TASK DATA:
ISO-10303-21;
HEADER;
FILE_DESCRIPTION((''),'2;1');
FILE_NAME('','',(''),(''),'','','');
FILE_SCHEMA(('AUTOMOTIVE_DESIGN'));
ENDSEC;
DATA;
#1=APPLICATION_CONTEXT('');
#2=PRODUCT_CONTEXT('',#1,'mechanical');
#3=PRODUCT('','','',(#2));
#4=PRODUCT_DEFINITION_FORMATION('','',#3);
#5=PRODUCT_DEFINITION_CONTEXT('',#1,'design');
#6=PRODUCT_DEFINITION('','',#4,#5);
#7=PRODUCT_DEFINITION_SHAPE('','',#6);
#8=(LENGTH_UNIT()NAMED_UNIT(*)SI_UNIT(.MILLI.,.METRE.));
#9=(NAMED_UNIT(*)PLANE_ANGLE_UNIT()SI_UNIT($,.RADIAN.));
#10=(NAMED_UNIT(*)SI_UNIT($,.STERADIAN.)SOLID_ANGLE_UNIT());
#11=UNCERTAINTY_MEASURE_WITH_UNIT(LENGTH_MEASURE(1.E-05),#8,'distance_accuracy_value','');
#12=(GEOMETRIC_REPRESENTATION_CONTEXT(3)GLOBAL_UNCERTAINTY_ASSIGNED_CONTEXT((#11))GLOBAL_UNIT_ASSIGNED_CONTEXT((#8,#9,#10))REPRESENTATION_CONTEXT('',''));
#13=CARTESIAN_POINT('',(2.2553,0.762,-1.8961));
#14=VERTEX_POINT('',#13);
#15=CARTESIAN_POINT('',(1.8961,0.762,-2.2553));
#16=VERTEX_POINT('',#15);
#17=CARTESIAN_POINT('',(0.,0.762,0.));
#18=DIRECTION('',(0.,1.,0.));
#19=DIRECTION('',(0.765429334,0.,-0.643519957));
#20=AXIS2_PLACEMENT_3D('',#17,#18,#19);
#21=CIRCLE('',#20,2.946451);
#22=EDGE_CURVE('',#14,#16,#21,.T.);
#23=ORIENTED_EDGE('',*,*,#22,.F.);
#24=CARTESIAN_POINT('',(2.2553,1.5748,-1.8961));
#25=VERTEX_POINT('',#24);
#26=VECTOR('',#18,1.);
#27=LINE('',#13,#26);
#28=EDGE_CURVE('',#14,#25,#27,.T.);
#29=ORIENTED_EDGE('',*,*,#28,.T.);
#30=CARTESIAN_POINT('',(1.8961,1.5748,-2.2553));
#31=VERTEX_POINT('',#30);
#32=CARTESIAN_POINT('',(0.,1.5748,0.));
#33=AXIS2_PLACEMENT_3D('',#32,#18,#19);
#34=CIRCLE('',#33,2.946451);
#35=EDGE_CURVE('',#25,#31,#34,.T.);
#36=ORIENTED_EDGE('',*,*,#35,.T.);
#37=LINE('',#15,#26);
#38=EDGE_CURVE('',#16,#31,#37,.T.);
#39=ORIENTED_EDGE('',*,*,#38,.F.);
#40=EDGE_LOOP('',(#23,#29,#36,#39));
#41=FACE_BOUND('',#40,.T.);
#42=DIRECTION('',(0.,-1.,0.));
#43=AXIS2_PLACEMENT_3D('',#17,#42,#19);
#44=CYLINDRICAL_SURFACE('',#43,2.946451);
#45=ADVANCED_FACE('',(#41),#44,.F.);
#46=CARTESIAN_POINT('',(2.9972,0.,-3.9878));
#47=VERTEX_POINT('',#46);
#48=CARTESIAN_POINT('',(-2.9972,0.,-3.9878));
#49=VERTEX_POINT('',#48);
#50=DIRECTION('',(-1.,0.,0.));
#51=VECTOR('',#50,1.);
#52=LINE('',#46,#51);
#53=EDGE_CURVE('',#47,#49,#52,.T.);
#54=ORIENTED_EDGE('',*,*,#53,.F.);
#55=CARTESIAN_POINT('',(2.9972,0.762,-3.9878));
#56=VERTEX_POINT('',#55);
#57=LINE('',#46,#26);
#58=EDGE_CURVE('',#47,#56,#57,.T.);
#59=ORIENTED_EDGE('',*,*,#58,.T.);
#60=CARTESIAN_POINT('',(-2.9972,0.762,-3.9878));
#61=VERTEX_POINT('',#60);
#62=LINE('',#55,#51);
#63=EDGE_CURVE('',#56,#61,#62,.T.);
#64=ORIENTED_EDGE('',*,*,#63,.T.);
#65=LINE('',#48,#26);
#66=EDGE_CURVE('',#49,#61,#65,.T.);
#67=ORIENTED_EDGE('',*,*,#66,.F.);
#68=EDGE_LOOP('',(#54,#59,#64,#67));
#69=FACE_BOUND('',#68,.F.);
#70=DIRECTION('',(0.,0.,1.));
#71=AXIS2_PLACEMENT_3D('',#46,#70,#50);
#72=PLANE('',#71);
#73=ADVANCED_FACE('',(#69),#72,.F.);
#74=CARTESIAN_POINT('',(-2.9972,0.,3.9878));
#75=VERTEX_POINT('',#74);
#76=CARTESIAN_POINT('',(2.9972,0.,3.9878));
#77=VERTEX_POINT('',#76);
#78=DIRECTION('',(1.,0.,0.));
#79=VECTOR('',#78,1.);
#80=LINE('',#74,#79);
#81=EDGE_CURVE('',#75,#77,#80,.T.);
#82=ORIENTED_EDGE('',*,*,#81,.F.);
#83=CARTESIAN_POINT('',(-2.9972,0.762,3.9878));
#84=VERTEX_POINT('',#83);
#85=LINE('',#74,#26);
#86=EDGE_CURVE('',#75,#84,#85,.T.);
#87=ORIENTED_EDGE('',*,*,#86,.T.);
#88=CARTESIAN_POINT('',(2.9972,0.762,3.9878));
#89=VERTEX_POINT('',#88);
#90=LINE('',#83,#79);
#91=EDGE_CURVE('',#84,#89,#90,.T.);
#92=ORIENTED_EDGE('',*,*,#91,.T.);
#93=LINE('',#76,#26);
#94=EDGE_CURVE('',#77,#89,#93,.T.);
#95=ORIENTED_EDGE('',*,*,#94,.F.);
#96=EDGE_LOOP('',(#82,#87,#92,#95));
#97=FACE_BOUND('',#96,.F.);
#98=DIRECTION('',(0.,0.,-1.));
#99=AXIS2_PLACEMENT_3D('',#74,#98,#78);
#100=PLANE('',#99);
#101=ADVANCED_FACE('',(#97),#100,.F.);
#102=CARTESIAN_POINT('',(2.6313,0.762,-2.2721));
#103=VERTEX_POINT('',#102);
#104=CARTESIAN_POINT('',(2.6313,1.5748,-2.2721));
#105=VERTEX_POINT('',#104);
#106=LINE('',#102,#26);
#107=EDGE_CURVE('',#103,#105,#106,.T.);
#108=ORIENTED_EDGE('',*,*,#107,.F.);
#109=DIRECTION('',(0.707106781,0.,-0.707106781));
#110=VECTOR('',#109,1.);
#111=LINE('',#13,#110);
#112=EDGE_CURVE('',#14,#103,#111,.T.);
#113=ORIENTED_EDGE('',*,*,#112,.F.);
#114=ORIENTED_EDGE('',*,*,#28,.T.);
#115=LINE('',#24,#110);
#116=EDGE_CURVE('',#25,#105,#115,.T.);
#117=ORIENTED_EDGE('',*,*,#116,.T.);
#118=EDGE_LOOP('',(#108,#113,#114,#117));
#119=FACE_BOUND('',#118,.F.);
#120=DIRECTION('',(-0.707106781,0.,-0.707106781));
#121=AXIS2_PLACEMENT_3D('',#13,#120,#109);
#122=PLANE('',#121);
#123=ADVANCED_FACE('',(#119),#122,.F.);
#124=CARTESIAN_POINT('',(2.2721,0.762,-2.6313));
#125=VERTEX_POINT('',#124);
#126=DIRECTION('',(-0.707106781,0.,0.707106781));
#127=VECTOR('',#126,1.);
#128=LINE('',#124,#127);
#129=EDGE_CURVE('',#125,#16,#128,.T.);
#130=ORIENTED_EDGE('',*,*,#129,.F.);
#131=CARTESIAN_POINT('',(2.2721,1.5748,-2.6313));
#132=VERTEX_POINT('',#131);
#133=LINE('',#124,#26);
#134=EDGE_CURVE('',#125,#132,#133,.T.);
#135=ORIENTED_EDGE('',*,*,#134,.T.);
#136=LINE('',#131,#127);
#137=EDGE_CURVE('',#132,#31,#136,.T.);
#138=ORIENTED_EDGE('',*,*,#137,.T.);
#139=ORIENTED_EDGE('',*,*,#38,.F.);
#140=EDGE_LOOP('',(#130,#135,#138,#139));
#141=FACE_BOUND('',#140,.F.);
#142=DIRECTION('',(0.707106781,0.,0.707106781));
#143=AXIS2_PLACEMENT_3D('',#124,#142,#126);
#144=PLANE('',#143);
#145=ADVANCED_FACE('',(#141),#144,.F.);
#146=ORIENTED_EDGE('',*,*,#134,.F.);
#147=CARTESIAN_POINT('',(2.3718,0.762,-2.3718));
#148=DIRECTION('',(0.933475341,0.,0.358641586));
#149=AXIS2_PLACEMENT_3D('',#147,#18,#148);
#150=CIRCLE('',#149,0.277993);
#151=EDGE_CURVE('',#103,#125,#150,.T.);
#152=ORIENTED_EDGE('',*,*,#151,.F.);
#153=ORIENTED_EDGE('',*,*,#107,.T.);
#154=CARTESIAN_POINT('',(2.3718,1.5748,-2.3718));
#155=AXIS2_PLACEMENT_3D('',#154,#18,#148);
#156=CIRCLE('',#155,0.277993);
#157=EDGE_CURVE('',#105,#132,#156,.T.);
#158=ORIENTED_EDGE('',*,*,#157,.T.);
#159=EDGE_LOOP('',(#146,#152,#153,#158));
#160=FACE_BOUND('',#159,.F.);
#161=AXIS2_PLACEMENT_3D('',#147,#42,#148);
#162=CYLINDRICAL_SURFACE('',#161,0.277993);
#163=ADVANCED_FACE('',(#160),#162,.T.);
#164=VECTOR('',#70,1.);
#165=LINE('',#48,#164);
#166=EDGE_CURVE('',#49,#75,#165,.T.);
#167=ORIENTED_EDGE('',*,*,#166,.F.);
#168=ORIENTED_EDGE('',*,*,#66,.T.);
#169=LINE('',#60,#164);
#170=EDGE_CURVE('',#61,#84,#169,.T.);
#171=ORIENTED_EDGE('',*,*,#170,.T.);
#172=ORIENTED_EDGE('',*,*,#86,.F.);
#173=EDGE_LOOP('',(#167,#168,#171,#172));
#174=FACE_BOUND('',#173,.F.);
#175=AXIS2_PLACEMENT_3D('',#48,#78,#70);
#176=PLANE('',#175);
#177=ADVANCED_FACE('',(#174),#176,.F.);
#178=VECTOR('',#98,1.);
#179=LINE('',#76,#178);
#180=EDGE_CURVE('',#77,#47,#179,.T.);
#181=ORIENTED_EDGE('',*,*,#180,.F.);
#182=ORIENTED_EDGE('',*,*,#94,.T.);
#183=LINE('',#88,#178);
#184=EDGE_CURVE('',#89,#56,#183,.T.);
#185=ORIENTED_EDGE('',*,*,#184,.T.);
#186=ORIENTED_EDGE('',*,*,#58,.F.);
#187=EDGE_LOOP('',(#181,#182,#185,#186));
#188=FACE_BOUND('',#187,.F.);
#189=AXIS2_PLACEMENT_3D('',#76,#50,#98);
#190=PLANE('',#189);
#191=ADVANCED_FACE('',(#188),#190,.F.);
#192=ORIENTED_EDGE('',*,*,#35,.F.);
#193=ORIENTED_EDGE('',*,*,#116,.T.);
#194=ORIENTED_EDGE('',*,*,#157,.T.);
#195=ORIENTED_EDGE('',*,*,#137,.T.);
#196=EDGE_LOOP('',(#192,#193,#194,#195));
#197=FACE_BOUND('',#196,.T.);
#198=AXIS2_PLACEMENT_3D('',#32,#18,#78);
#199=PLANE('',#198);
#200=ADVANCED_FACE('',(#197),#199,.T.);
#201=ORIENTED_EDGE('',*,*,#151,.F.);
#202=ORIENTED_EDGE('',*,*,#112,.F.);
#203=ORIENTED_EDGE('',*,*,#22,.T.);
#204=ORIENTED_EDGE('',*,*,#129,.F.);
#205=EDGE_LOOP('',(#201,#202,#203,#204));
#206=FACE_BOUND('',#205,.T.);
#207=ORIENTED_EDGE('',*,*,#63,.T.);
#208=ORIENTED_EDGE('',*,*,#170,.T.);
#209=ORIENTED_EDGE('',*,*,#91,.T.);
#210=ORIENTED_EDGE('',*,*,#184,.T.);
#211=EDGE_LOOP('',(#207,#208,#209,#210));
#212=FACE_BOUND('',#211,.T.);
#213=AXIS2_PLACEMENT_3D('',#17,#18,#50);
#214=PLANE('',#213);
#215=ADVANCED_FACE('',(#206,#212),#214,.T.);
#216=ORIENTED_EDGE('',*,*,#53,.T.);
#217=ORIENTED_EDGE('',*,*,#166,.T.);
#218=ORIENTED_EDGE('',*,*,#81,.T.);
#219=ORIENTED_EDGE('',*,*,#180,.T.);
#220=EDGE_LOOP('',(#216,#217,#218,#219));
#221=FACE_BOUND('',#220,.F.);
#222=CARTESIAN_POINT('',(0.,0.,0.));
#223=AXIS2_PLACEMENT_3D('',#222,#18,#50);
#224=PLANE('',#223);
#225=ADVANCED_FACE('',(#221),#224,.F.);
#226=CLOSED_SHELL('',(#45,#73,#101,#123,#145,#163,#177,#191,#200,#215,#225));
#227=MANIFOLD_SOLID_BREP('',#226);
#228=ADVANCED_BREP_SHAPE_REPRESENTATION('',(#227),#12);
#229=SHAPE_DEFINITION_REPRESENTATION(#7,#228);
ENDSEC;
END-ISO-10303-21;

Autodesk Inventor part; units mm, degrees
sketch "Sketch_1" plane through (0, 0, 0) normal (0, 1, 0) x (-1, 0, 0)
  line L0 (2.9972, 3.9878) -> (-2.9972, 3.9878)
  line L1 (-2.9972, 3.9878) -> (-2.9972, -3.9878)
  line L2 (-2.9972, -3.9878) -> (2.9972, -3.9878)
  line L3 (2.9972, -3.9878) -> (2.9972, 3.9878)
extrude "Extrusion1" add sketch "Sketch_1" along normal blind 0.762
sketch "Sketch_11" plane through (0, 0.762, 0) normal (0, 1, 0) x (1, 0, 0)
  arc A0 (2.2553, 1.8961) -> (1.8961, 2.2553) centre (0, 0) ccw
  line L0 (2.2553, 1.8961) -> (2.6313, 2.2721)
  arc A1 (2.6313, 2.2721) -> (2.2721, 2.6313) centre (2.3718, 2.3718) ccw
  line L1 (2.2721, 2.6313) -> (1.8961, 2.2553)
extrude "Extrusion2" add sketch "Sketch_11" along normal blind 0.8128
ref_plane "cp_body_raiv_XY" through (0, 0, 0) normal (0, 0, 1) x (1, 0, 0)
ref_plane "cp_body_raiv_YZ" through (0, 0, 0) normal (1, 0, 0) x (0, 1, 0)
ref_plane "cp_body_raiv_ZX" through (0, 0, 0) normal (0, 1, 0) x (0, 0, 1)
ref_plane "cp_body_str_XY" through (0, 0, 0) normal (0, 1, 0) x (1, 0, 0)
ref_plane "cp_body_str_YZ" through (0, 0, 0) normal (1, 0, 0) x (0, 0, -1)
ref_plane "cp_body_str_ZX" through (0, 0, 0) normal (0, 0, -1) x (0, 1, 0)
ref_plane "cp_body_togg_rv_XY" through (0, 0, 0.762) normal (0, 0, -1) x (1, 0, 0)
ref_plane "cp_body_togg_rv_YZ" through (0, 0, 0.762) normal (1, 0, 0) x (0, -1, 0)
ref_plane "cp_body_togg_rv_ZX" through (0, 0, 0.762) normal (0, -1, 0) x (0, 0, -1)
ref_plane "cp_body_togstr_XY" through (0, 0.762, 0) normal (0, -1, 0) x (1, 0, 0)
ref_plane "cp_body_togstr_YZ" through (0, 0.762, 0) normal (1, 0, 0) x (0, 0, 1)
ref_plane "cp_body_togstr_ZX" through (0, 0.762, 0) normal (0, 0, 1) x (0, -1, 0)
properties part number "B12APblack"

YOUR TASK:
Reproduce the entries above exactly, but only the lines between the line holding "#129=EDGE_CURVE('',#125,#16,#128,.T.);" and the line holding "#135=ORIENTED_EDGE('',*,*,#134,.T.);", inclusive.

FINISHED TASK:
#129=EDGE_CURVE('',#125,#16,#128,.T.);
#130=ORIENTED_EDGE('',*,*,#129,.F.);
#131=CARTESIAN_POINT('',(2.2721,1.5748,-2.6313));
#132=VERTEX_POINT('',#131);
#133=LINE('',#124,#26);
#134=EDGE_CURVE('',#125,#132,#133,.T.);
#135=ORIENTED_EDGE('',*,*,#134,.T.);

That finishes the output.